To recap, I have two (interconnected) reasons for considering Joy’s approach problematic. Firstly, I think Joy’s argument extremely – and unnecessarily – disempowering, because of how it encourages the belief that people have no real control over – and aren’t responsible for – the values and beliefs that they hold. Secondly, I am not at all sure that it makes sense to tell readers (and potential advocates looking for insight) that the problem is that those who aren’t yet vegans don’t ‘care’ enough. Certainly they’re not acting in harmony with their values. But that’s not because they don’t care, but because they’ve grown up in a society in which non-veganism is (literally) spoon-fed; in exactly the same way the reactions that we’ve come up with to deny and efface the (importance of the) violence we inflict on animals by using and killing them.
As such, to those who are interested in figuring out what to do with your participation in the (unnecessary) use of our fellow animals, and to those who wish to advocate for veganism, I would really recommend familiarizing yourself with the approach taken by Francione & Charlton, who show why veganism makes intuitive sense, because of how it follows from little more than our realization that our belief that other animals are less valuable, and that we may therefore do with them what we wish, is built on quicksand.

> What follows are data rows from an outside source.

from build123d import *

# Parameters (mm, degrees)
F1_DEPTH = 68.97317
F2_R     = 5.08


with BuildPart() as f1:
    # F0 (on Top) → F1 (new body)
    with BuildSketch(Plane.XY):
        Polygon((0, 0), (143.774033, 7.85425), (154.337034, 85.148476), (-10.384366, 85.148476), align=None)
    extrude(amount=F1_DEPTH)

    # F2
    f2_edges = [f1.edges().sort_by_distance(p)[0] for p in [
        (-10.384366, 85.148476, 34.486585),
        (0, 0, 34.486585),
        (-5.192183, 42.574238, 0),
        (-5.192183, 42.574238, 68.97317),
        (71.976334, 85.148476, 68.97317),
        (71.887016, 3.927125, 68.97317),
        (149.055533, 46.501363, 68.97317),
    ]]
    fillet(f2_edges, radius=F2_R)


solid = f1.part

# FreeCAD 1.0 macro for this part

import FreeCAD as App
import Part
import Sketcher

V = App.Vector
Q = App.Units.Quantity


def edges_at(feature, points):
    """Names of the edges that pass closest to the given points."""
    edges = feature.Shape.Edges
    near = lambda p: min(range(len(edges)), key=lambda i: edges[i].distToShape(Part.Vertex(*p))[0])
    return sorted({f"Edge{near(p) + 1}" for p in points})

doc = App.newDocument("Part")
body = doc.addObject("PartDesign::Body", "Body")

sketch1 = body.newObject("Sketcher::SketchObject", "Sketch")
sketch1.AttachmentSupport = (doc.getObject("XY_Plane"), [""])
sketch1.MapMode = "FlatFace"
sketch1.addGeometry(Part.LineSegment(V(0, 0, 0), V(144, 8, 0)), False)
sketch1.addGeometry(Part.LineSegment(V(144, 8, 0), V(154, 85, 0)), False)
sketch1.addGeometry(Part.LineSegment(V(154, 85, 0), V(-10, 85, 0)), False)
sketch1.addGeometry(Part.LineSegment(V(-10, 85, 0), V(0, 0, 0)), False)
sketch1.addConstraint(Sketcher.Constraint("Coincident", 0, 2, 1, 1))
sketch1.addConstraint(Sketcher.Constraint("Coincident", 1, 2, 2, 1))
sketch1.addConstraint(Sketcher.Constraint("Coincident", 2, 2, 3, 1))
sketch1.addConstraint(Sketcher.Constraint("Coincident", 3, 2, 0, 1))
sketch1.addConstraint(Sketcher.Constraint("Horizontal", 2))
sketch1.addConstraint(Sketcher.Constraint("Coincident", 3, 2, -1, 1))
sketch1.addConstraint(Sketcher.Constraint("DistanceX", 2, 2, 2, 1, 164.7214))
sketch1.addConstraint(Sketcher.Constraint("DistanceX", 0, 2, 1, 2, 10.563001))
sketch1.addConstraint(Sketcher.Constraint("Distance", 0, 143.988409))
sketch1.addConstraint(Sketcher.Constraint("DistanceY", -1, 1, 0, 2, 7.85425))
sketch1.addConstraint(Sketcher.Constraint("Distance", 1, 78.012655))
pad1 = body.newObject("PartDesign::Pad", "Pad")
pad1.Profile = sketch1
pad1.Length = 68.97317
doc.recompute()

fillet = body.newObject("PartDesign::Fillet", "Fillet")
fillet.Base = (pad1, edges_at(pad1, [
    (-10.384, 85.148, 34.487),
    (0, 0, 34.487),
    (-5.192, 42.574, 0),
    (-5.192, 42.574, 68.973),
    (71.976, 85.148, 68.973),
    (71.887, 3.927, 68.973),
    (149.056, 46.501, 68.973),
]))
fillet.Radius = Q("0.2 in")

doc.recompute()
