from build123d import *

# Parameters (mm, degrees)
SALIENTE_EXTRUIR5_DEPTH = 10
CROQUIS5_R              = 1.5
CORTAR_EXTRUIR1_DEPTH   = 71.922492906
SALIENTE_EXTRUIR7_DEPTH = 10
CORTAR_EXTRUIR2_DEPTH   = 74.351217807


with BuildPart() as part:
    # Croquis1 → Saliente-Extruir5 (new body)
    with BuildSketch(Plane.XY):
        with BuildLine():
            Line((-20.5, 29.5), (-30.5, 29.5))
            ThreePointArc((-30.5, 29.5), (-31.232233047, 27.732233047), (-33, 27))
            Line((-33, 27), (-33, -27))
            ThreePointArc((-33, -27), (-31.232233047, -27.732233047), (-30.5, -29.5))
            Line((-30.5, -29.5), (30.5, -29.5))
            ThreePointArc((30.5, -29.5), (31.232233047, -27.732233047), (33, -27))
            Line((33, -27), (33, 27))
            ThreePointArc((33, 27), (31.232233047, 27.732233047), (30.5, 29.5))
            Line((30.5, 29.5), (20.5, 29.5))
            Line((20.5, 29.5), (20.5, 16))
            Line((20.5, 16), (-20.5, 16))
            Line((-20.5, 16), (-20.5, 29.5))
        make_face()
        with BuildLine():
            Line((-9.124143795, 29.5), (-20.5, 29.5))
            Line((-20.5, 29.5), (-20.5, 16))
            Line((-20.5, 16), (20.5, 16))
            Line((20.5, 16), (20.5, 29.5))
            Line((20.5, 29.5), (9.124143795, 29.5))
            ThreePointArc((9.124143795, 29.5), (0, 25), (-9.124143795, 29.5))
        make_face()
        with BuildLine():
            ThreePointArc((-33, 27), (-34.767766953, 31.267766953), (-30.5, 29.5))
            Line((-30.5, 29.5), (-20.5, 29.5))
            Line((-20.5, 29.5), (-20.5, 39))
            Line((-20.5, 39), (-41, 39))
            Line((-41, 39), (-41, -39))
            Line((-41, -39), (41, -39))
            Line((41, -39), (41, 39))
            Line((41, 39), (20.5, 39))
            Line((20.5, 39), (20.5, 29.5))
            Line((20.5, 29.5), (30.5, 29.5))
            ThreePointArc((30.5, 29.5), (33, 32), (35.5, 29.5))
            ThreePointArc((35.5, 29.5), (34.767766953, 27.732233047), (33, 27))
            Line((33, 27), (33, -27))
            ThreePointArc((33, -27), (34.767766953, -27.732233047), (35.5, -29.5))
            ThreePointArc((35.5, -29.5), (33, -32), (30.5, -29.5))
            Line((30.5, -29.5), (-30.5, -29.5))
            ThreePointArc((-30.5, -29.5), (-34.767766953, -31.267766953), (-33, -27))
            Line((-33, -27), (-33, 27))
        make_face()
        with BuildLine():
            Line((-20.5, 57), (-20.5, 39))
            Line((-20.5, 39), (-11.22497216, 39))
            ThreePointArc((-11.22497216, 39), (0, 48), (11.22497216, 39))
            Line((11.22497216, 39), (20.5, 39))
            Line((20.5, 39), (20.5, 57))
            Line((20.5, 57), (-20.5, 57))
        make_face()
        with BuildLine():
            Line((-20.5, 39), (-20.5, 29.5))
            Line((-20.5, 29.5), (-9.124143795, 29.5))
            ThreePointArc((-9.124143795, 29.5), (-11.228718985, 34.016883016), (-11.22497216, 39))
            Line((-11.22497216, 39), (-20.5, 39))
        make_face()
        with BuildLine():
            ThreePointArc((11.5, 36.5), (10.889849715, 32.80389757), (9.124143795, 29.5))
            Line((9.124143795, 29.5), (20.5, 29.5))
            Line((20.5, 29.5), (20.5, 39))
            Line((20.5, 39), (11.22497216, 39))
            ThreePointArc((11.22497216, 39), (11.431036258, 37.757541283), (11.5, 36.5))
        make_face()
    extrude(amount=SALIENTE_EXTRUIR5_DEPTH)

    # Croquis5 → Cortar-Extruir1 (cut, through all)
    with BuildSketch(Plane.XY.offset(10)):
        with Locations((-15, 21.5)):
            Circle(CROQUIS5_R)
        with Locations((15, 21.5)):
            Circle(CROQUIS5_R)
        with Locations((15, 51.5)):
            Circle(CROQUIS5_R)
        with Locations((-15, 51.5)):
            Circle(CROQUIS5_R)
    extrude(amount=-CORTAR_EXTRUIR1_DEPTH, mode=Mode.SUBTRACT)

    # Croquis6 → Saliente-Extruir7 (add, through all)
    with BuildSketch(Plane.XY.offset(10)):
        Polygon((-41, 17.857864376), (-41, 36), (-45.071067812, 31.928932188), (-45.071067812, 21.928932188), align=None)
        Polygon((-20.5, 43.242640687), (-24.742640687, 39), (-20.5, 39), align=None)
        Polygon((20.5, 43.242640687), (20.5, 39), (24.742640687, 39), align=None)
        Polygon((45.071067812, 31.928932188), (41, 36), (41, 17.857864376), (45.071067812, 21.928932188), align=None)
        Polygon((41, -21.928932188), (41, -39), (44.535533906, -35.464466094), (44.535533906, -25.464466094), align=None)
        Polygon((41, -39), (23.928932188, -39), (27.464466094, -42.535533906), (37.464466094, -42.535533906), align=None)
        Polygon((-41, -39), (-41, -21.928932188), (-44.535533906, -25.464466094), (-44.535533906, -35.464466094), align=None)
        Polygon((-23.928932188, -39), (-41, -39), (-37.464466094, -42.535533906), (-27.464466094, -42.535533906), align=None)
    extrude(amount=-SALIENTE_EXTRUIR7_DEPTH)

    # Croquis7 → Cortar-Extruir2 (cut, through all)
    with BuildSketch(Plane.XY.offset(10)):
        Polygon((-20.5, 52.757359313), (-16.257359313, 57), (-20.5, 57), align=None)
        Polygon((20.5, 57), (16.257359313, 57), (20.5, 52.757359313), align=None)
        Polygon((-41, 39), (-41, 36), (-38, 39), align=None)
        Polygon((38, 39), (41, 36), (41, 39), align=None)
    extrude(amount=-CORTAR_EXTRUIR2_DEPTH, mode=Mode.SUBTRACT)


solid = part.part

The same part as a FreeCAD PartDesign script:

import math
import FreeCAD as App
import Part
import Sketcher

V = App.Vector
Q = App.Units.Quantity

doc = App.newDocument("Part")
body = doc.addObject("PartDesign::Body", "Body")

# Sketch on XY plane
sketch1 = body.newObject("Sketcher::SketchObject", "Sketch")
sketch1.AttachmentSupport = (doc.getObject("XY_Plane"), [""])
sketch1.MapMode = "FlatFace"
sketch1.addGeometry([
    Part.LineSegment(V(41, 39, 0), V(20.5, 39, 0)),  # 0
    Part.LineSegment(V(20.5, 39, 0), V(20.5, 57, 0)),  # 1
    Part.LineSegment(V(20.5, 57, 0), V(-20.5, 57, 0)),  # 2
    Part.LineSegment(V(-20.5, 57, 0), V(-20.5, 39, 0)),  # 3
    Part.LineSegment(V(-20.5, 39, 0), V(-41, 39, 0)),  # 4
    Part.LineSegment(V(-41, 39, 0), V(-41, -39, 0)),  # 5
    Part.LineSegment(V(-41, -39, 0), V(41, -39, 0)),  # 6
    Part.LineSegment(V(41, -39, 0), V(41, 39, 0)),  # 7
    Part.ArcOfCircle(Part.Circle(V(-33, -29.5, 0), V(0, 0, 1), 2.5), math.radians(0), math.radians(90)),  # 8
    Part.ArcOfCircle(Part.Circle(V(-33, -29.5, 0), V(0, 0, 1), 2.5), math.radians(90), math.radians(360)),  # 9
    Part.ArcOfCircle(Part.Circle(V(33, -29.5, 0), V(0, 0, 1), 2.5), math.radians(90), math.radians(180)),  # 10
    Part.ArcOfCircle(Part.Circle(V(33, -29.5, 0), V(0, 0, 1), 2.5), math.radians(0), math.radians(90)),  # 11
    Part.ArcOfCircle(Part.Circle(V(33, -29.5, 0), V(0, 0, 1), 2.5), math.radians(180), math.radians(360)),  # 12
    Part.ArcOfCircle(Part.Circle(V(-33, 29.5, 0), V(0, 0, 1), 2.5), math.radians(-90), math.radians(0)),  # 13
    Part.ArcOfCircle(Part.Circle(V(-33, 29.5, 0), V(0, 0, 1), 2.5), math.radians(0), math.radians(270)),  # 14
    Part.ArcOfCircle(Part.Circle(V(0, 36.5, 0), V(0, 0, 1), 11.5), math.radians(13), math.radians(167)),  # 15
    Part.ArcOfCircle(Part.Circle(V(0, 36.5, 0), V(0, 0, 1), 11.5), math.radians(0), math.radians(12.56)),  # 16
    Part.ArcOfCircle(Part.Circle(V(0, 36.5, 0), V(0, 0, 1), 11.5), math.radians(-37), math.radians(0)),  # 17
    Part.ArcOfCircle(Part.Circle(V(0, 36.5, 0), V(0, 0, 1), 11.5), math.radians(-143), math.radians(-37)),  # 18
    Part.ArcOfCircle(Part.Circle(V(0, 36.5, 0), V(0, 0, 1), 11.5), math.radians(167), math.radians(217)),  # 19
    Part.ArcOfCircle(Part.Circle(V(33, 29.5, 0), V(0, 0, 1), 2.5), math.radians(180), math.radians(270)),  # 20
    Part.ArcOfCircle(Part.Circle(V(33, 29.5, 0), V(0, 0, 1), 2.5), math.radians(0), math.radians(180)),  # 21
    Part.ArcOfCircle(Part.Circle(V(33, 29.5, 0), V(0, 0, 1), 2.5), math.radians(-90), math.radians(0)),  # 22
], False)
sketch1.addConstraint([
    Sketcher.Constraint("Coincident", 0, 2, 1, 1),
    Sketcher.Constraint("Coincident", 1, 2, 2, 1),
    Sketcher.Constraint("Coincident", 2, 2, 3, 1),
    Sketcher.Constraint("Coincident", 3, 2, 4, 1),
    Sketcher.Constraint("Coincident", 4, 2, 5, 1),
    Sketcher.Constraint("Coincident", 5, 2, 6, 1),
    Sketcher.Constraint("Coincident", 6, 2, 7, 1),
    Sketcher.Constraint("Coincident", 7, 2, 0, 1),
    Sketcher.Constraint("Tangent", 8, 1, 9, 2),
    Sketcher.Constraint("Coincident", 9, 1, 8, 2),
    Sketcher.Constraint("Tangent", 10, 1, 11, 2),
    Sketcher.Constraint("Tangent", 11, 1, 12, 2),
    Sketcher.Constraint("Tangent", 12, 1, 10, 2),
    Sketcher.Constraint("Tangent", 13, 1, 14, 2),
    Sketcher.Constraint("Coincident", 14, 1, 13, 2),
    Sketcher.Constraint("Tangent", 15, 1, 16, 2),
    Sketcher.Constraint("Tangent", 16, 1, 17, 2),
    Sketcher.Constraint("Tangent", 17, 1, 18, 2),
    Sketcher.Constraint("Tangent", 18, 1, 19, 2),
    Sketcher.Constraint("Tangent", 19, 1, 15, 2),
    Sketcher.Constraint("Tangent", 20, 1, 21, 2),
    Sketcher.Constraint("Tangent", 21, 1, 22, 2),
    Sketcher.Constraint("Tangent", 22, 1, 20, 2),
    Sketcher.Constraint("Horizontal", 0),
    Sketcher.Constraint("Vertical", 1),
    Sketcher.Constraint("Horizontal", 2),
    Sketcher.Constraint("Vertical", 3),
    Sketcher.Constraint("Horizontal", 4),
    Sketcher.Constraint("Vertical", 5),
    Sketcher.Constraint("Horizontal", 6),
    Sketcher.Constraint("Vertical", 7),
    Sketcher.Constraint("Coincident", 17, 3, 15, 3),
    Sketcher.Constraint("Equal", 9, 10),
    Sketcher.Constraint("Equal", 12, 13),
    Sketcher.Constraint("Equal", 14, 20),
    Sketcher.Constraint("Symmetric", 10, 3, 13, 3, -1, 1),
    Sketcher.Constraint("Symmetric", 8, 3, 20, 3, -1, 1),
    Sketcher.Constraint("Symmetric", 4, 2, 6, 2, -1, 1),
    Sketcher.Constraint("Symmetric", 8, 3, 10, 3, -2),
    Sketcher.Constraint("Symmetric", 0, 2, 3, 2, -2),
    Sketcher.Constraint("Symmetric", 17, 1, 18, 1, -2),
    Sketcher.Constraint("Horizontal", 12, 3, 8, 1),
    Sketcher.Constraint("Horizontal", 8, 1, 11, 1),
    Sketcher.Constraint("Horizontal", 11, 1, 12, 1),
    Sketcher.Constraint("Horizontal", 22, 3, 14, 1),
    Sketcher.Constraint("Horizontal", 7, 2, 15, 1),
    Sketcher.Constraint("Horizontal", 19, 3, 16, 1),
    Sketcher.Constraint("Horizontal", 14, 1, 17, 1),
    Sketcher.Constraint("Horizontal", 15, 1, 19, 1),
    Sketcher.Constraint("Horizontal", 18, 1, 20, 1),
    Sketcher.Constraint("Horizontal", 20, 1, 21, 1),
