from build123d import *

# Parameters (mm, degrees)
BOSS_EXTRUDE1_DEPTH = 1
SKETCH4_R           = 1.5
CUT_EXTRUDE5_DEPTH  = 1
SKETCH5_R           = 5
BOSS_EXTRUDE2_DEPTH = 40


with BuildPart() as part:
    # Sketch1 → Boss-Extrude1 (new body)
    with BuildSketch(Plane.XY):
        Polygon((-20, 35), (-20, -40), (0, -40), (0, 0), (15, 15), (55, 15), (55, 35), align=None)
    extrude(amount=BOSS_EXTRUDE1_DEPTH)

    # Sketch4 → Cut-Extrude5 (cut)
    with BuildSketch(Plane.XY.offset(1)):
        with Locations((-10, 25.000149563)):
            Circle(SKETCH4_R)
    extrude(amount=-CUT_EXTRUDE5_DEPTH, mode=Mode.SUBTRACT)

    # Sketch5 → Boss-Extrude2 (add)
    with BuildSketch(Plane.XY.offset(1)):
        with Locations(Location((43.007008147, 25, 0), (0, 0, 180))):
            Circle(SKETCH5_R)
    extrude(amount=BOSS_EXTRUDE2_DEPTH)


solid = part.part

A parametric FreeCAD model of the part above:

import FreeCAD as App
import Part
import Sketcher

doc = App.newDocument("Part")
body = doc.addObject("PartDesign::Body", "Body")

# Sketch on XY plane
sketch1 = doc.addObject("Sketcher::SketchObject", "Sketch")
body.addObject(sketch1)
sketch1.AttachmentSupport = (doc.XY_Plane, [""])
sketch1.MapMode = "FlatFace"
sketch1.addGeometry(Part.LineSegment(App.Vector(-20, 35, 0), App.Vector(-20, -40, 0)), False)
sketch1.addGeometry(Part.LineSegment(App.Vector(-20, -40, 0), App.Vector(0, -40, 0)), False)
sketch1.addGeometry(Part.LineSegment(App.Vector(0, -40, 0), App.Vector(0, 0, 0)), False)
sketch1.addGeometry(Part.LineSegment(App.Vector(0, 0, 0), App.Vector(15, 15, 0)), False)
sketch1.addGeometry(Part.LineSegment(App.Vector(15, 15, 0), App.Vector(55, 15, 0)), False)
sketch1.addGeometry(Part.LineSegment(App.Vector(55, 15, 0), App.Vector(55, 35, 0)), False)
sketch1.addGeometry(Part.LineSegment(App.Vector(55, 35, 0), App.Vector(-20, 35, 0)), False)
sketch1.addConstraint(Sketcher.Constraint("Coincident", 0, 2, 1, 1))
sketch1.addConstraint(Sketcher.Constraint("Coincident", 1, 2, 2, 1))
sketch1.addConstraint(Sketcher.Constraint("Coincident", 2, 2, 3, 1))
sketch1.addConstraint(Sketcher.Constraint("Coincident", 3, 2, 4, 1))
sketch1.addConstraint(Sketcher.Constraint("Coincident", 4, 2, 5, 1))
sketch1.addConstraint(Sketcher.Constraint("Coincident", 5, 2, 6, 1))
sketch1.addConstraint(Sketcher.Constraint("Coincident", 6, 2, 0, 1))
sketch1.addConstraint(Sketcher.Constraint("Vertical", 0))
sketch1.addConstraint(Sketcher.Constraint("Horizontal", 1))
sketch1.addConstraint(Sketcher.Constraint("Vertical", 2))
sketch1.addConstraint(Sketcher.Constraint("Horizontal", 4))
sketch1.addConstraint(Sketcher.Constraint("Vertical", 5))
sketch1.addConstraint(Sketcher.Constraint("Horizontal", 6))
sketch1.addConstraint(Sketcher.Constraint("Coincident", 2, 2, -1, 1))
sketch1.addConstraint(Sketcher.Constraint("Equal", 6, 0))
sketch1.addConstraint(Sketcher.Constraint("Equal", 4, 2))
sketch1.addConstraint(Sketcher.Constraint("Equal", 1, 5))
sketch1.addConstraint(Sketcher.Constraint("DistanceX", 1, 1, 1, 2, 20.0))
sketch1.addConstraint(Sketcher.Constraint("DistanceX", 4, 1, 4, 2, 40.0))
sketch1.addConstraint(Sketcher.Constraint("DistanceX", 6, 2, 6, 1, 75.0))
pad1 = doc.addObject("PartDesign::Pad", "Pad")
body.addObject(pad1)
pad1.Profile = sketch1
pad1.Length = 1

# Sketch on XY plane
sketch2 = doc.addObject("Sketcher::SketchObject", "Sketch001")
body.addObject(sketch2)
sketch2.AttachmentSupport = (doc.XY_Plane, [""])
sketch2.MapMode = "FlatFace"
sketch2.AttachmentOffset = App.Placement(App.Vector(0, 0, 1), App.Rotation())
sketch2.addGeometry(Part.Circle(App.Vector(-10, 25, 0), App.Vector(0, 0, 1), 1.5), False)
sketch2.addConstraint(Sketcher.Constraint("Diameter", 0, 3.0))
sketch2.addConstraint(Sketcher.Constraint("DistanceX", 0, 3, -1, 1, 10.0))
sketch2.addConstraint(Sketcher.Constraint("DistanceY", -1, 1, 0, 3, 25.00015))
pocket1 = doc.addObject("PartDesign::Pocket", "Pocket")
body.addObject(pocket1)
pocket1.Profile = sketch2
pocket1.Length = 1

# Sketch on XY plane
sketch3 = doc.addObject("Sketcher::SketchObject", "Sketch002")
body.addObject(sketch3)
sketch3.AttachmentSupport = (doc.XY_Plane, [""])
sketch3.MapMode = "FlatFace"
sketch3.AttachmentOffset = App.Placement(App.Vector(0, 0, 1), App.Rotation())
sketch3.addGeometry(Part.Circle(App.Vector(43, 25, 0), App.Vector(0, 0, 1), 5), False)
sketch3.addConstraint(Sketcher.Constraint("Diameter", 0, 10.0))
sketch3.addConstraint(Sketcher.Constraint("DistanceY", -1, 1, 0, 3, 25.0))
sketch3.addConstraint(Sketcher.Constraint("DistanceX", -1, 1, 0, 3, 43.007008))
pad2 = doc.addObject("PartDesign::Pad", "Pad001")
body.addObject(pad2)
pad2.Profile = sketch3
pad2.Length = 40

doc.recompute()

In sum, I think Joy’s book points advocates and people who are interested in learning about the why of veganism in the wrong direction, for the reasons listed above. I am unconvinced of the added value of the concept of ‘carnism,’ and I suspect that the theory as presented will encourage people to make far too much out of the fact that people respond defensively, when it is perfectly possible (after some practice) to respond both respectfully and substantively to objections and questions people raise, without psychoanalyzing people in the way this book encourages. Those who aren’t vegans yet are amply aware that animal agriculture involves violence; and the desire to remain oblivious to ‘the facts’ has much more to do with the fact that they don’t know what to do with it, than with what you might call considered disinterest. As such, what I would suggest focusing on is to help people grapple head-on with the question whether not being vegan is consistent with their values. And for that, I would recommend books like Eat like you Care, Animal Rights: The Abolitionist Approach, Advocate for Animals: An Abolitionist Vegan Handbook, or Colb’s Mind if I order the Cheeseburger.